Vor einem Jahr, am 16. März 2020, wurden pandemiebedingt Kitas und Schulen in Deutschland geschlossen. Ein Jahr liegt hinter uns, das erhebliche Auswirkungen hatte für Schülerinnen und Schüler, Lehrkräfte, Eltern und Familien. Schon vor Corona hatte unser Bildungssystem ein Gerechtigkeitsproblem, trotz Präsenzunterricht für alle. Es gibt bis heute in Deutschland keine gesicherten Kenntnisse über die Auswirkungen der Pandemie auf die Schüler:innen der verschiedenen Altersgruppen: Welche kognitiven Lernlücken und sozialen Defizite, welche Brüche sind entstanden, was bedeuten zerbrochene Alltagsstrukturen, Brüche in Beziehungen zwischen Schüler:innen und Lehrkräften, Schüler:innen untereinander, Abbrüche in Lernverläufen, extremer Medienkonsum, Bewegungsmangel, problematische Ernährung, Verlust von Selbstvertrauen und zunehmende Isolation? Bis heute gibt es keine repräsentative Studie für Deutschland, die die Auswirkungen der Schulschließungen auf die kognitive Kompetenzentwicklung beim Einsatz von Fern- und/oder Hybridunterricht nach Alterskohorten differenziert und belastbar beschreibt und längsschnittlich angelegt ist, um Veränderungen im Zeitverlauf messen zu können.

Was die tatsächlichen Auswirkungen der Pandemie auf Schulen, Schüler:innen, Lehrkräfte und Familien angeht, befinden wir uns noch immer im Blindflug: Es bedarf dringend eines umfangreichen und koordinierten Forschungsprogramms, das systematisch und längsschnittlich die verschiedenen Aspekte der kognitiven und sozialen Kompetenzentwicklung der Schüler:innen und der sozioökonomischen Lage der Familien in den Blick nimmt.

Der IQB-Bildungstrend 2021, der im Mai 2021 die Lernstände aller Viertklässler:innen in den Bereichen Deutsch und Mathematik auf der Basis einer repräsentativen Studie erfassen soll, bietet die erste Möglichkeit, die Kompetenzstände der vermutlich besonders stark betroffenen Grundschüler:innen bundesweit zu untersuchen. Außer einer Zusatzstudie im Nationalen Bildungspanel (NEPS), die im Frühjahr 2021 die Lernstände und Lernzuwächse von Neuntklässler:innen in Mathematik erfasst, gibt es derzeit für die Jahrgangsstufen der Sekundarstufe I und die Jugendlichen im Übergang in die Berufsausbildung keine Pläne, ihre Entwicklungen ebenfalls mit empirischen Erhebungen umfassend in den Blick zu nehmen.

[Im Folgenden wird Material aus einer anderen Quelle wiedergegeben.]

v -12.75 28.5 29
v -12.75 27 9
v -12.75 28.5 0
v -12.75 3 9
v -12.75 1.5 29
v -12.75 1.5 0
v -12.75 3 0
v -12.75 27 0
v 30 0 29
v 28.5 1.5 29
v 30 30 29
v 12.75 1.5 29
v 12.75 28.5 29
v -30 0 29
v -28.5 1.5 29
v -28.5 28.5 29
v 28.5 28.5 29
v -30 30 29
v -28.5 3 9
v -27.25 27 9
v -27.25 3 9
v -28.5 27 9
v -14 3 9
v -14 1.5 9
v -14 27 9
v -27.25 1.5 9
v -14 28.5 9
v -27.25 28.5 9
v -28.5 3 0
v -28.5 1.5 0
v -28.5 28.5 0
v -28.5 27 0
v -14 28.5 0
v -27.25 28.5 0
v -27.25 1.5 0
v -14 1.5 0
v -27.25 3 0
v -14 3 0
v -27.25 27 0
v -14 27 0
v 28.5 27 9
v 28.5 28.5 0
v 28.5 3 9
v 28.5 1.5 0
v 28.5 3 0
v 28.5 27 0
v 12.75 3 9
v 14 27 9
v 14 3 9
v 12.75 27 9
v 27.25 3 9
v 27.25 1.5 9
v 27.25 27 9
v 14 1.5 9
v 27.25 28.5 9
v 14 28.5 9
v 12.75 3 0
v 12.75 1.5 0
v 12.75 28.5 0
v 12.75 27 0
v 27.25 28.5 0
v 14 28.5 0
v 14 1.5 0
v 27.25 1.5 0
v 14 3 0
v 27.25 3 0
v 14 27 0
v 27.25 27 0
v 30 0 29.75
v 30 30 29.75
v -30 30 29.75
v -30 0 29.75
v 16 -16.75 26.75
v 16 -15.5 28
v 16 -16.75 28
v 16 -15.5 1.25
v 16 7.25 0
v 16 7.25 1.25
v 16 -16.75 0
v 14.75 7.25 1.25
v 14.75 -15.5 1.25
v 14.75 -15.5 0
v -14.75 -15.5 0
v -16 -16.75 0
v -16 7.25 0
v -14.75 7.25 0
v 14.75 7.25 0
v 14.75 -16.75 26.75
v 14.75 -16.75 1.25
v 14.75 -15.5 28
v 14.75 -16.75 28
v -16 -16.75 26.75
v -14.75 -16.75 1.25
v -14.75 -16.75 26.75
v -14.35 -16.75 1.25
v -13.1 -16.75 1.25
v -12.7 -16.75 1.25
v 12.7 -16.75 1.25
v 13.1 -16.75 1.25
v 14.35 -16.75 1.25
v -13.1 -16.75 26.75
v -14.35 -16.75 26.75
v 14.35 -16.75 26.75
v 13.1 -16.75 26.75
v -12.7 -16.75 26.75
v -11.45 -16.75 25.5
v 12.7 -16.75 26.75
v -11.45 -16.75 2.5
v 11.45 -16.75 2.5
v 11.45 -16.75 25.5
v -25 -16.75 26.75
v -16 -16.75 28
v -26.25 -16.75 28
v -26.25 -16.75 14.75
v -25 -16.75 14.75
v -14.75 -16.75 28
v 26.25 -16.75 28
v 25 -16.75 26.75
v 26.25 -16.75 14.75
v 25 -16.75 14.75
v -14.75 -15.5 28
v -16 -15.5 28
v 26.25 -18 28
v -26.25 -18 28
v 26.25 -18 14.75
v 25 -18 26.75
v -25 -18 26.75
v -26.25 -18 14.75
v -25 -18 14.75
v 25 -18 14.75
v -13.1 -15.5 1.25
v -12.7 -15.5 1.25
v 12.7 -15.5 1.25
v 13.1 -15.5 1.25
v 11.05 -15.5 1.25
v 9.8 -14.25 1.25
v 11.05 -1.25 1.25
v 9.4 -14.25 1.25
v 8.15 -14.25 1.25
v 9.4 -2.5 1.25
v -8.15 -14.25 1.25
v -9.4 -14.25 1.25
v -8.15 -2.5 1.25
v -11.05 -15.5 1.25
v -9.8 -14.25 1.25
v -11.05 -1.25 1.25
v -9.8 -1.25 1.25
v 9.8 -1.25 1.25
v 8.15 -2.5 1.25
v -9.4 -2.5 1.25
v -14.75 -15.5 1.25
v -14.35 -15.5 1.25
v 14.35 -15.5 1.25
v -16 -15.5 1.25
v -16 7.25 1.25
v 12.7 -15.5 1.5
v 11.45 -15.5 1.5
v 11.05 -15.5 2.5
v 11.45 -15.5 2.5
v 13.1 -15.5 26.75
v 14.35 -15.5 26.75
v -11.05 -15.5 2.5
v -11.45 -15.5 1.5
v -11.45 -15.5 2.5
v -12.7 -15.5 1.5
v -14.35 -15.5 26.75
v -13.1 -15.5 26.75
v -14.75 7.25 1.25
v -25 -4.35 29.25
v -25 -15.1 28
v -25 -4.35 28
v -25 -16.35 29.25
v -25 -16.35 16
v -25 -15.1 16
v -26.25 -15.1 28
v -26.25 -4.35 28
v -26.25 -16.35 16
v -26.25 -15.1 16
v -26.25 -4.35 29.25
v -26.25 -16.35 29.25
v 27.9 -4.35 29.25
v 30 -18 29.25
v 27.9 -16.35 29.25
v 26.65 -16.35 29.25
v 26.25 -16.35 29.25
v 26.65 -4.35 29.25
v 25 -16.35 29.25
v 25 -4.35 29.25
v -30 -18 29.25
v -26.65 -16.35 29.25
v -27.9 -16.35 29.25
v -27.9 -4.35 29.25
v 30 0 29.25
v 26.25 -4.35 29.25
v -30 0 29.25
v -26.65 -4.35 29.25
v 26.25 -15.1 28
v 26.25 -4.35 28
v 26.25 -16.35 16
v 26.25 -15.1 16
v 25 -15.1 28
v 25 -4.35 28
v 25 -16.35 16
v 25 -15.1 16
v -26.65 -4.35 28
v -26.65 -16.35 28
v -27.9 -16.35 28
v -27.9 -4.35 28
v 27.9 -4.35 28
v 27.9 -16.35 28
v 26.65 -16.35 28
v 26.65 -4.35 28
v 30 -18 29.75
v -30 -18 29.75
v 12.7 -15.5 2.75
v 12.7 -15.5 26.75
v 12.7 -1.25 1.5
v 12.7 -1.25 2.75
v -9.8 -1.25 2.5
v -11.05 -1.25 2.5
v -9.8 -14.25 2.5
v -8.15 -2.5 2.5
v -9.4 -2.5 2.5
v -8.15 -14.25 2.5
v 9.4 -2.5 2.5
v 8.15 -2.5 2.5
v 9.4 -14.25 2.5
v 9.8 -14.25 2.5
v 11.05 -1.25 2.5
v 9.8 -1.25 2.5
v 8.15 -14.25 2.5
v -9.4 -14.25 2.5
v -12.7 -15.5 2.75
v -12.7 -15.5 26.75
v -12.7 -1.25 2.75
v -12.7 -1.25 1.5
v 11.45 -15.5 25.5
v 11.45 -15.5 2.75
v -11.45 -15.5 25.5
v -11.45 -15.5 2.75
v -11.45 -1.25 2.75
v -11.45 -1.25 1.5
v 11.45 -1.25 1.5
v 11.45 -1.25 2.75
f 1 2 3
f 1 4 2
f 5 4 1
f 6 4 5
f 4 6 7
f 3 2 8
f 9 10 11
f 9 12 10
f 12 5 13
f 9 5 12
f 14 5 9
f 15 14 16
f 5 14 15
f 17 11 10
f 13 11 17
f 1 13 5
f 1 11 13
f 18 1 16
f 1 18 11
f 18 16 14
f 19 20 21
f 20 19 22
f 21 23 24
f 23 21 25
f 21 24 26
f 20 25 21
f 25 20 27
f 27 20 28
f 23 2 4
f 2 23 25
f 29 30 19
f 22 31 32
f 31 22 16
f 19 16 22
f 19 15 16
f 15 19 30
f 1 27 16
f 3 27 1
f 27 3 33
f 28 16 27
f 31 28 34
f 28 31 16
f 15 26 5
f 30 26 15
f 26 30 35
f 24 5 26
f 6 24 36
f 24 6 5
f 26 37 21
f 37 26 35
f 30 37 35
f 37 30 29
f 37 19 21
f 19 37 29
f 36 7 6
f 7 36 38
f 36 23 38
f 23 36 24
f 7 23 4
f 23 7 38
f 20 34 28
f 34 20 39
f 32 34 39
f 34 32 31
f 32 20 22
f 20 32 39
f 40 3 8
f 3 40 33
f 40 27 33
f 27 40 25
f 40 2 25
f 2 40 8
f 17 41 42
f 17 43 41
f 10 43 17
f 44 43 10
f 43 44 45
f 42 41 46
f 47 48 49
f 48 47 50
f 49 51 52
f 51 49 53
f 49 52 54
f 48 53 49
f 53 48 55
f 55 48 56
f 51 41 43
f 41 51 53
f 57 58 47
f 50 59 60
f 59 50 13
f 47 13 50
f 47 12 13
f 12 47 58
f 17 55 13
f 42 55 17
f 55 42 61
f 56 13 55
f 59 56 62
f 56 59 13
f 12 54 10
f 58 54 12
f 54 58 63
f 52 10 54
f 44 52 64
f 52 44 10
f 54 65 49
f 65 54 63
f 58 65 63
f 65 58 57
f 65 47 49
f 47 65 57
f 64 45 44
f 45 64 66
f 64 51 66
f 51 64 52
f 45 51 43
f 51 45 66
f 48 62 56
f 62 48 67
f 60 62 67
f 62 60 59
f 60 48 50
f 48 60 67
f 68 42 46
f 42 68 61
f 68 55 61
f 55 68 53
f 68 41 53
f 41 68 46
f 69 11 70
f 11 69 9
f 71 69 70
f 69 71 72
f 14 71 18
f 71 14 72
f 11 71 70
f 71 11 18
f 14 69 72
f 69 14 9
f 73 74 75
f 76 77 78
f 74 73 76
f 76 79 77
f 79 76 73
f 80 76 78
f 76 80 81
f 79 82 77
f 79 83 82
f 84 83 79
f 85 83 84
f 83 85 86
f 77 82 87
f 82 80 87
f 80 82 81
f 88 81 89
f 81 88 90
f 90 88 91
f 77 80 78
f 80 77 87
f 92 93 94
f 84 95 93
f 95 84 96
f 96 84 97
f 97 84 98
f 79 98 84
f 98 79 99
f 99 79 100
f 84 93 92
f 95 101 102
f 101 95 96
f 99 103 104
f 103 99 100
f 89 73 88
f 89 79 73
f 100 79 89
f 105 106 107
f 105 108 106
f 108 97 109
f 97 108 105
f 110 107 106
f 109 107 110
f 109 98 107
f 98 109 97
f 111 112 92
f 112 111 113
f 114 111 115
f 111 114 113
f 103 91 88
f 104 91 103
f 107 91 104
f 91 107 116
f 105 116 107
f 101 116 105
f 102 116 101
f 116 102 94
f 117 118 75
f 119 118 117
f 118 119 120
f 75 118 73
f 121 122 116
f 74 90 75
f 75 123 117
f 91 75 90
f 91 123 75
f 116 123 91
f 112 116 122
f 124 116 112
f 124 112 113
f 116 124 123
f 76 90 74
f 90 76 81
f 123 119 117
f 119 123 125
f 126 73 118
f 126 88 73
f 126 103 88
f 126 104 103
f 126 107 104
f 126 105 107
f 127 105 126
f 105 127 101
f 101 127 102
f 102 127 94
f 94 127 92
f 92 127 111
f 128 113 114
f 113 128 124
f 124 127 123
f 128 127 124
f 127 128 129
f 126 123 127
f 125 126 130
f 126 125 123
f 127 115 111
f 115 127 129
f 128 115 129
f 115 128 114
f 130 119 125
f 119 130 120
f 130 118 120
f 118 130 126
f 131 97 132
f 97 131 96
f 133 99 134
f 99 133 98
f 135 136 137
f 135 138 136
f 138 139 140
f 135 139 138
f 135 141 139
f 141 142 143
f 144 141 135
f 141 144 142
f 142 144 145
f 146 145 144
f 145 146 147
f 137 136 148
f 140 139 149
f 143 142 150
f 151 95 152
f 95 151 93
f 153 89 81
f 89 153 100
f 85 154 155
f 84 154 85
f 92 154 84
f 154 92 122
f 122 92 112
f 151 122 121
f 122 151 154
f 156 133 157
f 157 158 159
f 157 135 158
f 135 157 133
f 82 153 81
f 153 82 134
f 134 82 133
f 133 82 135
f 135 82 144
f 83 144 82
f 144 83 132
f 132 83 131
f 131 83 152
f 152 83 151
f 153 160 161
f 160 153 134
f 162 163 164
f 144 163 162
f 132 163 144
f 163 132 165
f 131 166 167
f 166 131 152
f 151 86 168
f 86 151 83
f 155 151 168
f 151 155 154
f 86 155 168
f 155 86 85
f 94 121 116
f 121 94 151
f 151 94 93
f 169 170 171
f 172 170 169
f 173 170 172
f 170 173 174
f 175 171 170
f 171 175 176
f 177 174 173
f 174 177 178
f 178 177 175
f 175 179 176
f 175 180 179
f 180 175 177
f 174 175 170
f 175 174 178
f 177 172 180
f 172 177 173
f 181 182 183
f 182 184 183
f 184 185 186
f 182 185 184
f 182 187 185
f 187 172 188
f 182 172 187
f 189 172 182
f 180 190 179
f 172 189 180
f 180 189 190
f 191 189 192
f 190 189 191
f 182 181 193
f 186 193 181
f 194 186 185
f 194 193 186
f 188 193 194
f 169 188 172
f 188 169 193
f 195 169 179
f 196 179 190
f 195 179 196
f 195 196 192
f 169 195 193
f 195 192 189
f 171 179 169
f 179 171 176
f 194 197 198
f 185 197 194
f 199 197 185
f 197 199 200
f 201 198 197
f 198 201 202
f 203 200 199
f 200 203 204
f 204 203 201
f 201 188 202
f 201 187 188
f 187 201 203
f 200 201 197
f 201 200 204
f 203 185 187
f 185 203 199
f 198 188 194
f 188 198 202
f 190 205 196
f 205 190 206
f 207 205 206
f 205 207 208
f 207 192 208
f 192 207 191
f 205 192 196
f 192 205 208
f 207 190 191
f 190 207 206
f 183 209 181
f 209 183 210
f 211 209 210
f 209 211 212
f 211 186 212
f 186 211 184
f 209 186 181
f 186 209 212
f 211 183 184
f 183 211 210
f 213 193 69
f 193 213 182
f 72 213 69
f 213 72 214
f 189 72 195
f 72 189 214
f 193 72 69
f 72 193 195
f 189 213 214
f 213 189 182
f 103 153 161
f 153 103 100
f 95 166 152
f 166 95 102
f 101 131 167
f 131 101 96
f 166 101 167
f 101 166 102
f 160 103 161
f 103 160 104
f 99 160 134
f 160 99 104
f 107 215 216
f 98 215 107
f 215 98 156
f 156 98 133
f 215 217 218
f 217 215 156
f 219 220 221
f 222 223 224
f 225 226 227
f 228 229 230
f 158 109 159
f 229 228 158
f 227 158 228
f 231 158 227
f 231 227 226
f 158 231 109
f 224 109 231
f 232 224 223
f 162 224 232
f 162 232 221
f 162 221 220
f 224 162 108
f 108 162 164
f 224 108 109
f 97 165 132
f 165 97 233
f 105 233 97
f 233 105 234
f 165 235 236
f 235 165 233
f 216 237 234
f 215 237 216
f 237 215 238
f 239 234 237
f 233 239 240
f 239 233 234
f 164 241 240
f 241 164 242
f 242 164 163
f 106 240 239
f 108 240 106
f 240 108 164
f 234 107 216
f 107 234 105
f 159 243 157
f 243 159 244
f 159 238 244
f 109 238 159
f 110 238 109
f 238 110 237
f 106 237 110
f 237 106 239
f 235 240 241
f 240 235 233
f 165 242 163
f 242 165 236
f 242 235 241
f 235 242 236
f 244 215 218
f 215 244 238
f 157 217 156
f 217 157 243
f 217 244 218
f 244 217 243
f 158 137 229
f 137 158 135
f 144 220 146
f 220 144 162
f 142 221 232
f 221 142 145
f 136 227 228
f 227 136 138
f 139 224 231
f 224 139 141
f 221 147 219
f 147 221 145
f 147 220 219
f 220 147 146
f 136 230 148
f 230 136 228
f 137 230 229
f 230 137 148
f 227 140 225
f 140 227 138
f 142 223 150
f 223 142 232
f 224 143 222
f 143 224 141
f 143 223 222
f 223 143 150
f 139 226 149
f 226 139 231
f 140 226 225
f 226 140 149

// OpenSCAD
// file: dimensions.scad
// Dimensions in inches, the way it was made

top_width     = 60;
top_depth     = 30;
top_thickness = 0.75;
top_overhang  = 1.5;

leg_length = 29;
leg_width  = 1.25;
leg_depth  = 1.5;

plinth_width  = 15.75;
plinth_depth  = 27;
plinth_height = 20;

strut_size  = 1.25;             /* actually 30mm */

rear_box_depth = 18;
rear_frame_depth = rear_box_depth - strut_size;

full_extension = 3.0 / 4.0;

cover_frame_width = top_width - strut_size * 6;
cover_lift_depth = 12;
cover_lift_max = cover_lift_depth * full_extension;

cover_thickness = 0.5;

base_height = 28;
base_width  = 32;               /* will need adjusting */
foot_length = 24;

slider_thickness = 0.4;         /* measure when I get some */

cover_slide_max = rear_box_depth * full_extension;

carrier_width = base_width - (strut_size + slider_thickness) * 2;
carrier_height = base_height - strut_size;
carrier_max = carrier_height * full_extension;

monitor_bank_depth = 24;        /* top of desk to top of monitor */

riser_width = carrier_width - (strut_size + slider_thickness) * 2;
riser_height = carrier_height - strut_size;
riser_depth = rear_frame_depth - strut_size;
riser_max = riser_height * full_extension;

fork_width = riser_width  - (strut_size + slider_thickness) * 2;
fork_depth = riser_depth - strut_size;
fork_max = fork_depth * full_extension;

jib_width = fork_width - (strut_size + slider_thickness) * 2;
jib_depth = fork_depth - strut_size;
jib_max = jib_depth * full_extension;
// file: lift.scad
include <dimensions.scad>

Um die Schulen nicht mit vielen unkoordinierten Einzel-Untersuchungen zu überlasten, sollte die empirische und pädagogische Forschungskompetenz in Deutschland gebündelt und koordiniert eingesetzt werden. Bund, Länder und ggf. auch die im Bildungsbereich tätigen Stiftungen sollten diese Fragen vordringlich miteinander abstimmen und zügig zu Entscheidungen kommen.

2. Wir brauchen dringend diagnosebasierte, wissenschaftlich fundierte Förderkonzepte und auf dieser Grundlage verbindliche zusätzliche Fördermaßnahmen! Deshalb keine Diagnostik ohne Förderung! Keine Förderung ohne Diagnostik!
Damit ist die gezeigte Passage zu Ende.